Now I’m going to see her. Because she is not able to come over to see me. She even has to breathe with the help of a respirator which keeps on beeping and drawing a curve on the display ... The doctor said, “Drug overdose...»
“To think it all began with the innocent “Try it” at our friends’ party”, I thought biting my lips in frustration.
And how many more drug addicts live next door to you, my dear reader or me? Do you happen to know? What makes them take drugs? Do you know that teenagers are most prone to become drug addicts?
No wonder because a teenager going through the hard period of maturation is often exposed to the outside influence.
Emotional rebuilding, mental pressures, changing values...
This rebuilding often results in conflicts and the first attempts at self-realization ending in failure. So the little frail, shaky bridge between the fairy path of childhood and a hazy, dim future appears to be hanging over a gaping abyss.
Now the teenager, exhausted by never-ending conflicts and scrapes, is out for new sensations, seeking an escape from the harsh reality of life. With the present socio-economic situation in this country, drugs are easy to come by, and they often become an indispensable part of “communication” when young people get together.
The trouble is that people around tend to be reluctant to recognize the problem, realize its scope, or give a helping hand to just beginning or desperate drug addicts. In fact, only dope addicts and their relatives are concerned about the problems of dope addiction, while we, their neighbors, friends and acquaintances will often turn our back on a 10- or 12-year-old ruining his life. The major problem is that drug abuse is becoming so widespread that it may entail degradation of society.
Given below are the findings of the sociological survey conducted by the students of the Institute of Management in our city. This is a training survey so the representative sample is not very large.
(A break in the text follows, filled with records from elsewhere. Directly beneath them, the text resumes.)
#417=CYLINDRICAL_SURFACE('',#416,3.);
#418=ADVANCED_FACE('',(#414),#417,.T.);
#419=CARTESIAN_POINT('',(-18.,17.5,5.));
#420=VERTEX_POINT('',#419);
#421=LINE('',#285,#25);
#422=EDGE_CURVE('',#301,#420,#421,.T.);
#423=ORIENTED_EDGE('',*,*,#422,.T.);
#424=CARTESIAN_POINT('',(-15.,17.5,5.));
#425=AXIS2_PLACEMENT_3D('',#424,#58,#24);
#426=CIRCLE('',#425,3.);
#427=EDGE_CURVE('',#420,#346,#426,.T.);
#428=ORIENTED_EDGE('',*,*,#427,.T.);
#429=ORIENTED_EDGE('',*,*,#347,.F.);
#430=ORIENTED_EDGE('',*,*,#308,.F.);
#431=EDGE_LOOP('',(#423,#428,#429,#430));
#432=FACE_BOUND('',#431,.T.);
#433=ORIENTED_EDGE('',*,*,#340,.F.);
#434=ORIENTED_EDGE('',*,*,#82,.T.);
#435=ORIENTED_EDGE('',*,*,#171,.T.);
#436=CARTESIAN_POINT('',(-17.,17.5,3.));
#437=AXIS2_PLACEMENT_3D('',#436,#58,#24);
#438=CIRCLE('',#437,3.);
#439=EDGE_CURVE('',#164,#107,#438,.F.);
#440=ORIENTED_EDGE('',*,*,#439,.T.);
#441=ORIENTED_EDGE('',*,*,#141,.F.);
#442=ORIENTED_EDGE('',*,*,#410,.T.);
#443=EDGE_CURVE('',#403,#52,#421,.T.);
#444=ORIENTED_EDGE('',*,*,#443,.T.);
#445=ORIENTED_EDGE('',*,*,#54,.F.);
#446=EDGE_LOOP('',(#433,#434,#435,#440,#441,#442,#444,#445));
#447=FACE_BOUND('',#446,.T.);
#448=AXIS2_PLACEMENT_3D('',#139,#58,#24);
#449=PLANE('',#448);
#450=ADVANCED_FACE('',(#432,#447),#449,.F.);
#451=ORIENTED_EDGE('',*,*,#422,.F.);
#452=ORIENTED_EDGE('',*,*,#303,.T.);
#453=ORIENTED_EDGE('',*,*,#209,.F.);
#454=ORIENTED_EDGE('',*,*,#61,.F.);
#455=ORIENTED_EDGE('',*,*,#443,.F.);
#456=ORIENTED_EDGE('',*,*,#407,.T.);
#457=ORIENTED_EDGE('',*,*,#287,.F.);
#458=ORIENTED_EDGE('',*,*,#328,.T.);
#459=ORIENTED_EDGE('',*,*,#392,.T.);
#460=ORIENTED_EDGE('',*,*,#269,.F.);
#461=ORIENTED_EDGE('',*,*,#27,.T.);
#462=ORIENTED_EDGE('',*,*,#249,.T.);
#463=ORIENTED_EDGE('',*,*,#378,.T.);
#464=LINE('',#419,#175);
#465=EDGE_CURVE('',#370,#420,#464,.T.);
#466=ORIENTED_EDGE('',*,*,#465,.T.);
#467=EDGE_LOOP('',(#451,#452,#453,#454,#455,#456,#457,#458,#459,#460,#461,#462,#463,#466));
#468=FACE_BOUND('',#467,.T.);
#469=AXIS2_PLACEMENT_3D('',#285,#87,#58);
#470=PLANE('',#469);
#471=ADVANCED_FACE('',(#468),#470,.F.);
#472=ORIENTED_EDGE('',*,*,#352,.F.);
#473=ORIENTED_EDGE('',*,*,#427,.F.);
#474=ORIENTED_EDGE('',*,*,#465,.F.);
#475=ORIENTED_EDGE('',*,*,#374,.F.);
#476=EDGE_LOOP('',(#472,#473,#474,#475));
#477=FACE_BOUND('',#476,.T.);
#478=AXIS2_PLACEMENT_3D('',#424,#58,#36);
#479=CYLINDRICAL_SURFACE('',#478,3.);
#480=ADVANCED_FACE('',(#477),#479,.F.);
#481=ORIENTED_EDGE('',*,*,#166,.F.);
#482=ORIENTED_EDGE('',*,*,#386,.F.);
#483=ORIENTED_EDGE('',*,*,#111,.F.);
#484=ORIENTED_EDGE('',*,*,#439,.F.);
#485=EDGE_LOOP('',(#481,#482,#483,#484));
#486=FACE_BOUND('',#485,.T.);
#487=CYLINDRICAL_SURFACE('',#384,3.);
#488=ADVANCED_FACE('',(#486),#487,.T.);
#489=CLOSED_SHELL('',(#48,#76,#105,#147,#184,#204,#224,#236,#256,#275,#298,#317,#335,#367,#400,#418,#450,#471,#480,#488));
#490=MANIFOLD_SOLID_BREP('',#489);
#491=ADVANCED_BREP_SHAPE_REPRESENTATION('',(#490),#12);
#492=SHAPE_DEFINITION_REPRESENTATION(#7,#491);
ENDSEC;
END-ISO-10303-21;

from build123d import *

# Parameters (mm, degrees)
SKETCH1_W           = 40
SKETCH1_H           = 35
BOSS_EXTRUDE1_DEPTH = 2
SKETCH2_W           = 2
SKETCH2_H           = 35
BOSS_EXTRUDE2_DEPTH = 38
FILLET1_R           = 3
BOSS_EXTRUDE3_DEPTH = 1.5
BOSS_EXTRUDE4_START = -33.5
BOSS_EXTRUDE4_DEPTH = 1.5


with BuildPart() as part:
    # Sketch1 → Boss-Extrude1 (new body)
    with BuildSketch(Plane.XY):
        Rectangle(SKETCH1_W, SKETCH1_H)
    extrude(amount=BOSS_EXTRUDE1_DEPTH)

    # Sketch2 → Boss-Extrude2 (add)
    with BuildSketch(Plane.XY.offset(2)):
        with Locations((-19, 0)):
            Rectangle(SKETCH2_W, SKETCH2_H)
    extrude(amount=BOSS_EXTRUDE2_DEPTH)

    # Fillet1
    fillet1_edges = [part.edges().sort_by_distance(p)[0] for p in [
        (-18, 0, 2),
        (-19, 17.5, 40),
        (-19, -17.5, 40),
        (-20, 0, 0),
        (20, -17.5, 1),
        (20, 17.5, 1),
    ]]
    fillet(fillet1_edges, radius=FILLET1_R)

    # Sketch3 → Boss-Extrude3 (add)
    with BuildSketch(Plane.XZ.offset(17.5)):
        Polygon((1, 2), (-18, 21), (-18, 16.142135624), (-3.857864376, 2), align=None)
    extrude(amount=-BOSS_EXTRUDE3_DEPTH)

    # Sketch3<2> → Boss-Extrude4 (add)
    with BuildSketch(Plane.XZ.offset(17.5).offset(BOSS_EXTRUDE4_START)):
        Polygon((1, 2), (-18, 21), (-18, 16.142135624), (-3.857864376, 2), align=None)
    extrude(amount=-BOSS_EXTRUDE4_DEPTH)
Nevertheless, we would like to show you the findings, as they are typical of our city and allow to record the problem.
There were 70 people interviewed including 47 boys (67 percent) and 23 girls (33 percent). The respondents were divided into three age groups: 14 to 16 years old (9 percent of the respondents), 17 to 18 years old (57 percent), 19 years old and over (34 percent).
The survey findings showed that the majority of the respondents had got to know about the drugs situation in the city from various sources such as TV programs, local newspapers, and certainly, from their friends. 76 percent of the interviewed teenagers had their “own experience” of using drugs.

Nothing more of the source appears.